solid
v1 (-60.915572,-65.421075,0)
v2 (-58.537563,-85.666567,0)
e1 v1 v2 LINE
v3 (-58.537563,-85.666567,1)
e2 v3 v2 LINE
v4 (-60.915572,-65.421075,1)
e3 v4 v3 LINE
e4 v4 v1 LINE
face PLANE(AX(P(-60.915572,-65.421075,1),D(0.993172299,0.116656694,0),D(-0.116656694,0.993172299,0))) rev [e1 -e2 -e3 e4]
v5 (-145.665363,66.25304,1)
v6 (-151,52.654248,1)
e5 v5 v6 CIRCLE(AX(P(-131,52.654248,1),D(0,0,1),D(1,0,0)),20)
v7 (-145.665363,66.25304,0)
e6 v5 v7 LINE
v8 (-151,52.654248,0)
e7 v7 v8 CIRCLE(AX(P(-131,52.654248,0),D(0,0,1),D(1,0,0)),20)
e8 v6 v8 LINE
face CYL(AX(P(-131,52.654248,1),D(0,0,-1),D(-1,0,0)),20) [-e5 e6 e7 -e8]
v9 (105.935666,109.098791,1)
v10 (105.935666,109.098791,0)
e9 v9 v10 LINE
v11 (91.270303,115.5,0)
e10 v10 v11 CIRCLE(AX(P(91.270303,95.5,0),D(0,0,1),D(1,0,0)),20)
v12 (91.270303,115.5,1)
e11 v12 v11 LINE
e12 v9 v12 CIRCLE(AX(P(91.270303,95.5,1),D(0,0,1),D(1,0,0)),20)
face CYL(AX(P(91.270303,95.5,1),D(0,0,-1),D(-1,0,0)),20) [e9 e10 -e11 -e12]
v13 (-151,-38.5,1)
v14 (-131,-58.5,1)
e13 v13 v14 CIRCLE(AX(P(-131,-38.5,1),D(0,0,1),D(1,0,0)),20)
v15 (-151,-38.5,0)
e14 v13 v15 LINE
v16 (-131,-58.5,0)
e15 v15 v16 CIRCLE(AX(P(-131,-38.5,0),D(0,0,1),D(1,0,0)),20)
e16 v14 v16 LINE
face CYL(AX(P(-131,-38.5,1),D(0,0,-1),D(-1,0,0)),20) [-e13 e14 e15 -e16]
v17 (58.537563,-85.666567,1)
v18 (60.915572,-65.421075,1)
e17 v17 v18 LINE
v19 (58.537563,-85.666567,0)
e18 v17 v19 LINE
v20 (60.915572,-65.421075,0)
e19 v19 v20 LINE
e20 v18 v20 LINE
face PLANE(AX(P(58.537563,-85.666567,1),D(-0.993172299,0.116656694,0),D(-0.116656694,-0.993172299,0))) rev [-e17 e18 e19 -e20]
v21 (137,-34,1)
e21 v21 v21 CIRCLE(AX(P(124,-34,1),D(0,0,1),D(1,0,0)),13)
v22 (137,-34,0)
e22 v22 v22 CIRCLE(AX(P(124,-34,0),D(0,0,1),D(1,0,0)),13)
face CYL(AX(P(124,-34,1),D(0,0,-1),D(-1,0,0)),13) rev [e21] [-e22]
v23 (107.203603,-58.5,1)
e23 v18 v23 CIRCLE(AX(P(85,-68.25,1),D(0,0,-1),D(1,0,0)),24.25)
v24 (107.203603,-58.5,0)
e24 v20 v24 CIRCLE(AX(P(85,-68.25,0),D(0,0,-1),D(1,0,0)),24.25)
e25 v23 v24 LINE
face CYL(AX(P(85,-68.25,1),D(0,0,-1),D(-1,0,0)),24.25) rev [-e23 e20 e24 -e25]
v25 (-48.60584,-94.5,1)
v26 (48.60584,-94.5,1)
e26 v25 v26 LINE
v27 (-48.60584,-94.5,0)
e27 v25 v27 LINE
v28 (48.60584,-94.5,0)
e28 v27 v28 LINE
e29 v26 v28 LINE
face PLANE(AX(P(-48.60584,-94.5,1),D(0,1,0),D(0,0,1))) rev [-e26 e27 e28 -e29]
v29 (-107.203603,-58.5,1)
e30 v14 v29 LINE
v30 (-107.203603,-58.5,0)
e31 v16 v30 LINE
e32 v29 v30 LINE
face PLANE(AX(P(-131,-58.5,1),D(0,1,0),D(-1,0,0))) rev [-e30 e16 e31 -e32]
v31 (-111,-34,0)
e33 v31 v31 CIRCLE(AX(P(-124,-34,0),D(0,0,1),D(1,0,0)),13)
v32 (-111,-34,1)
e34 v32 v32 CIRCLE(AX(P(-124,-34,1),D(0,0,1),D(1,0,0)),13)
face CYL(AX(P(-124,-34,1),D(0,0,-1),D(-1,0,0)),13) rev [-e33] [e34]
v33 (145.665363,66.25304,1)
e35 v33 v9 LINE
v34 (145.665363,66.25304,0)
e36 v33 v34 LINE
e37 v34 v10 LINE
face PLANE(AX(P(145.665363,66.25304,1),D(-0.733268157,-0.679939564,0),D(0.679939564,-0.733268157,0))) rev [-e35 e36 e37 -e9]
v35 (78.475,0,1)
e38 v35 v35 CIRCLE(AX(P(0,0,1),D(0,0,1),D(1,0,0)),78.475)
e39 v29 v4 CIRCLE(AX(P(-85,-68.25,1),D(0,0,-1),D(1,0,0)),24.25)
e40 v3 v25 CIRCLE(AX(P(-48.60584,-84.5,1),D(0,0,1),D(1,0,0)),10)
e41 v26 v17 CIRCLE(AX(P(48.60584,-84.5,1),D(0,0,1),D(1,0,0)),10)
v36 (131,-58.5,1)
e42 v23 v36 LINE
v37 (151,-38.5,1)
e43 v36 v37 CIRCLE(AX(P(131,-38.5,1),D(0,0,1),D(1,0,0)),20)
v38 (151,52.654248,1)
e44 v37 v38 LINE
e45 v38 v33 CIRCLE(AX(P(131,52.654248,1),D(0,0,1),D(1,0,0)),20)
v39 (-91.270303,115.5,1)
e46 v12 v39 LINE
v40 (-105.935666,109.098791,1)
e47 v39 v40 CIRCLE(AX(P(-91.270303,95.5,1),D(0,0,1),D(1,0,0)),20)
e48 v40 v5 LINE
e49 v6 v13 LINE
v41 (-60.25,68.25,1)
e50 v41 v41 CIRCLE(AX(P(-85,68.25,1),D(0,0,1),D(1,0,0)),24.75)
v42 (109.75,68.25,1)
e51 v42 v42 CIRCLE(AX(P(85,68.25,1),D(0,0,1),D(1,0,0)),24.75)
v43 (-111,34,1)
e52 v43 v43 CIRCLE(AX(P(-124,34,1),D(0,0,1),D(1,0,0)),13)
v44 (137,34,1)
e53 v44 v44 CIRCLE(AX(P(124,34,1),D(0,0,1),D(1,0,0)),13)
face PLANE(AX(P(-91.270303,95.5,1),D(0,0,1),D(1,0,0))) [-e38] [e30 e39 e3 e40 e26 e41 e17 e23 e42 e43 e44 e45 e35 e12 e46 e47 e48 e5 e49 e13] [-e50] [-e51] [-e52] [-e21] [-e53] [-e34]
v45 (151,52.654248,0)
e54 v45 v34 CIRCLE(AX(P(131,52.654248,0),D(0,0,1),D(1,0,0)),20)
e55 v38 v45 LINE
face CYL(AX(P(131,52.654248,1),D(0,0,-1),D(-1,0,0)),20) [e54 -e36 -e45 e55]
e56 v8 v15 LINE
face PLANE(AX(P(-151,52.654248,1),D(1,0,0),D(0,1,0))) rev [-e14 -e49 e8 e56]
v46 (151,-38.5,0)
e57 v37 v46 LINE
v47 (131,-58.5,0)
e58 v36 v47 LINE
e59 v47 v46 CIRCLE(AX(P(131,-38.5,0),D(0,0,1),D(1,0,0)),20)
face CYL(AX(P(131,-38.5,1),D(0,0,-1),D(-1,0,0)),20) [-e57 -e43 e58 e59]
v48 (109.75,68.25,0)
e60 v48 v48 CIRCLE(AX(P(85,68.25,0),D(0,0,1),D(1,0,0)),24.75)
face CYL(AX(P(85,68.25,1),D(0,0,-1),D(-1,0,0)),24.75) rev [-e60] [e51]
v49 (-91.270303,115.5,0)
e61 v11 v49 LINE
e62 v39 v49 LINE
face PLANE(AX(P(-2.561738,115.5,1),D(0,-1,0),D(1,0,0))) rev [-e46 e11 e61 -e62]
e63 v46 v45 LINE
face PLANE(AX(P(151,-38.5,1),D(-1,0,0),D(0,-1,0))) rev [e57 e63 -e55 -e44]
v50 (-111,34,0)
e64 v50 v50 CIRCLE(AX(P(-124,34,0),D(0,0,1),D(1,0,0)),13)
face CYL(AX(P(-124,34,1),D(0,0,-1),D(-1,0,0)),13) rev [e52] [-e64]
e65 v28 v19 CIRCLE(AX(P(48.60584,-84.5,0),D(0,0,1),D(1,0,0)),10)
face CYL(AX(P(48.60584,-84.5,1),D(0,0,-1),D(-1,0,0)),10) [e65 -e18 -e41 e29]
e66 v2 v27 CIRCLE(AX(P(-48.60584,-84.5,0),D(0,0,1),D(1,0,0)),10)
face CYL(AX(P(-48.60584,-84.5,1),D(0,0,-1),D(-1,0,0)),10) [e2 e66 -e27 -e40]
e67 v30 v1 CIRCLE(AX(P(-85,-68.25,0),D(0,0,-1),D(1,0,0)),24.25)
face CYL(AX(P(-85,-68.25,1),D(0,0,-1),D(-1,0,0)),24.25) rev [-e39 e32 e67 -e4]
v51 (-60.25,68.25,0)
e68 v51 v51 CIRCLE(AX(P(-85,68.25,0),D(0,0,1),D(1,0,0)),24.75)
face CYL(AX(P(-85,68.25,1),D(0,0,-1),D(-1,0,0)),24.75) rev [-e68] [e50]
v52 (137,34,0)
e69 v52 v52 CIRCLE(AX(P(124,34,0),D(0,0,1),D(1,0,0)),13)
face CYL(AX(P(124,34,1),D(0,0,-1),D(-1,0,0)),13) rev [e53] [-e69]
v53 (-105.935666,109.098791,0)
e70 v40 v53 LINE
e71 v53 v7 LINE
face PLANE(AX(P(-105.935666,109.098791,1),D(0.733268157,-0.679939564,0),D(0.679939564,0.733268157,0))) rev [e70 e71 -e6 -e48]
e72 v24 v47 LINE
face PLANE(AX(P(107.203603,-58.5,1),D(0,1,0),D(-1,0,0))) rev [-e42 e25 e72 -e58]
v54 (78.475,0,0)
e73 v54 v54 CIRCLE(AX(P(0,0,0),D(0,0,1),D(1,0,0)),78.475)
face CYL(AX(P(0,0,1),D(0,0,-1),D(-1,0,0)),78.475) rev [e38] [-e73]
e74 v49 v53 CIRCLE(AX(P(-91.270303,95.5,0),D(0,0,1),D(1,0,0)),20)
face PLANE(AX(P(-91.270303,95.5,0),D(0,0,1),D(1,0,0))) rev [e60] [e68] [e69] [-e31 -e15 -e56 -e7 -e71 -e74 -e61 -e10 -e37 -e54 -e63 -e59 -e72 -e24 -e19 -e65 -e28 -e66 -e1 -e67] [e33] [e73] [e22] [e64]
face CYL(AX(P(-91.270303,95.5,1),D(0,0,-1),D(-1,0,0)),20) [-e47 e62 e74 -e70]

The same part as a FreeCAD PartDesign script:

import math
import FreeCAD as App
import Part
import Sketcher

doc = App.newDocument("Part")
body = doc.addObject("PartDesign::Body", "Body")

# Sketch on XY plane
sketch1 = doc.addObject("Sketcher::SketchObject", "Sketch")
body.addObject(sketch1)
sketch1.AttachmentSupport = (doc.XY_Plane, [""])
sketch1.MapMode = "FlatFace"
sketch1.addGeometry([
    Part.ArcOfCircle(Part.Circle(App.Vector(-91.270303, 95.5, 0), App.Vector(0, 0, 1), 20), math.radians(90), math.radians(137.161079)),  # 0
    Part.LineSegment(App.Vector(-105.935666, 109.098791, 0), App.Vector(-145.665363, 66.25304, 0)),  # 1
    Part.ArcOfCircle(Part.Circle(App.Vector(-131, 52.654248, 0), App.Vector(0, 0, 1), 20), math.radians(137.161079), math.radians(180)),  # 2
    Part.LineSegment(App.Vector(-151, 52.654248, 0), App.Vector(-151, -38.5, 0)),  # 3
    Part.ArcOfCircle(Part.Circle(App.Vector(-131, -38.5, 0), App.Vector(0, 0, 1), 20), math.radians(180), math.radians(270)),  # 4
    Part.LineSegment(App.Vector(-131, -58.5, 0), App.Vector(-107.203603, -58.5, 0)),  # 5
    Part.ArcOfCircle(Part.Circle(App.Vector(-85, -68.25, 0), App.Vector(0, 0, 1), 24.25), math.radians(6.69919), math.radians(156.292862)),  # 6
    Part.LineSegment(App.Vector(-60.915572, -65.421075, 0), App.Vector(-58.537563, -85.666567, 0)),  # 7
    Part.ArcOfCircle(Part.Circle(App.Vector(-48.60584, -84.5, 0), App.Vector(0, 0, 1), 10), math.radians(-173.30081), math.radians(-90)),  # 8
    Part.LineSegment(App.Vector(-48.60584, -94.5, 0), App.Vector(48.60584, -94.5, 0)),  # 9
    Part.ArcOfCircle(Part.Circle(App.Vector(48.60584, -84.5, 0), App.Vector(0, 0, 1), 10), math.radians(-90), math.radians(-6.69919)),  # 10
    Part.LineSegment(App.Vector(58.537563, -85.666567, 0), App.Vector(60.915572, -65.421075, 0)),  # 11
    Part.ArcOfCircle(Part.Circle(App.Vector(85, -68.25, 0), App.Vector(0, 0, 1), 24.25), math.radians(23.707138), math.radians(173.30081)),  # 12
    Part.LineSegment(App.Vector(107.203603, -58.5, 0), App.Vector(131, -58.5, 0)),  # 13
    Part.ArcOfCircle(Part.Circle(App.Vector(131, -38.5, 0), App.Vector(0, 0, 1), 20), math.radians(-90), math.radians(0)),  # 14
    Part.LineSegment(App.Vector(151, -38.5, 0), App.Vector(151, 52.654248, 0)),  # 15
    Part.ArcOfCircle(Part.Circle(App.Vector(131, 52.654248, 0), App.Vector(0, 0, 1), 20), math.radians(0), math.radians(42.838921)),  # 16
    Part.LineSegment(App.Vector(145.665363, 66.25304, 0), App.Vector(105.935666, 109.098791, 0)),  # 17
    Part.ArcOfCircle(Part.Circle(App.Vector(91.270303, 95.5, 0), App.Vector(0, 0, 1), 20), math.radians(42.838921), math.radians(90)),  # 18
    Part.LineSegment(App.Vector(91.270303, 115.5, 0), App.Vector(-91.270303, 115.5, 0)),  # 19
    Part.Circle(App.Vector(-124, -34, 0), App.Vector(0, 0, 1), 13),  # 20
    Part.Circle(App.Vector(0, 0, 0), App.Vector(0, 0, 1), 78.475),  # 21
    Part.Circle(App.Vector(124, -34, 0), App.Vector(0, 0, 1), 13),  # 22
    Part.Circle(App.Vector(-124, 34, 0), App.Vector(0, 0, 1), 13),  # 23
    Part.Circle(App.Vector(-85, 68.25, 0), App.Vector(0, 0, 1), 24.75),  # 24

· · ·

Work item –
Using only the listing above, restate exactly the lines from the line containing "e68 v51 v51" through the line containing "The same part", both included.

Answer below –
e68 v51 v51 CIRCLE(AX(P(-85,68.25,0),D(0,0,1),D(1,0,0)),24.75)
face CYL(AX(P(-85,68.25,1),D(0,0,-1),D(-1,0,0)),24.75) rev [-e68] [e50]
v52 (137,34,0)
e69 v52 v52 CIRCLE(AX(P(124,34,0),D(0,0,1),D(1,0,0)),13)
face CYL(AX(P(124,34,1),D(0,0,-1),D(-1,0,0)),13) rev [e53] [-e69]
v53 (-105.935666,109.098791,0)
e70 v40 v53 LINE
e71 v53 v7 LINE
face PLANE(AX(P(-105.935666,109.098791,1),D(0.733268157,-0.679939564,0),D(0.679939564,0.733268157,0))) rev [e70 e71 -e6 -e48]
e72 v24 v47 LINE
face PLANE(AX(P(107.203603,-58.5,1),D(0,1,0),D(-1,0,0))) rev [-e42 e25 e72 -e58]
v54 (78.475,0,0)
e73 v54 v54 CIRCLE(AX(P(0,0,0),D(0,0,1),D(1,0,0)),78.475)
face CYL(AX(P(0,0,1),D(0,0,-1),D(-1,0,0)),78.475) rev [e38] [-e73]
e74 v49 v53 CIRCLE(AX(P(-91.270303,95.5,0),D(0,0,1),D(1,0,0)),20)
face PLANE(AX(P(-91.270303,95.5,0),D(0,0,1),D(1,0,0))) rev [e60] [e68] [e69] [-e31 -e15 -e56 -e7 -e71 -e74 -e61 -e10 -e37 -e54 -e63 -e59 -e72 -e24 -e19 -e65 -e28 -e66 -e1 -e67] [e33] [e73] [e22] [e64]
face CYL(AX(P(-91.270303,95.5,1),D(0,0,-1),D(-1,0,0)),20) [-e47 e62 e74 -e70]

The same part as a FreeCAD PartDesign script:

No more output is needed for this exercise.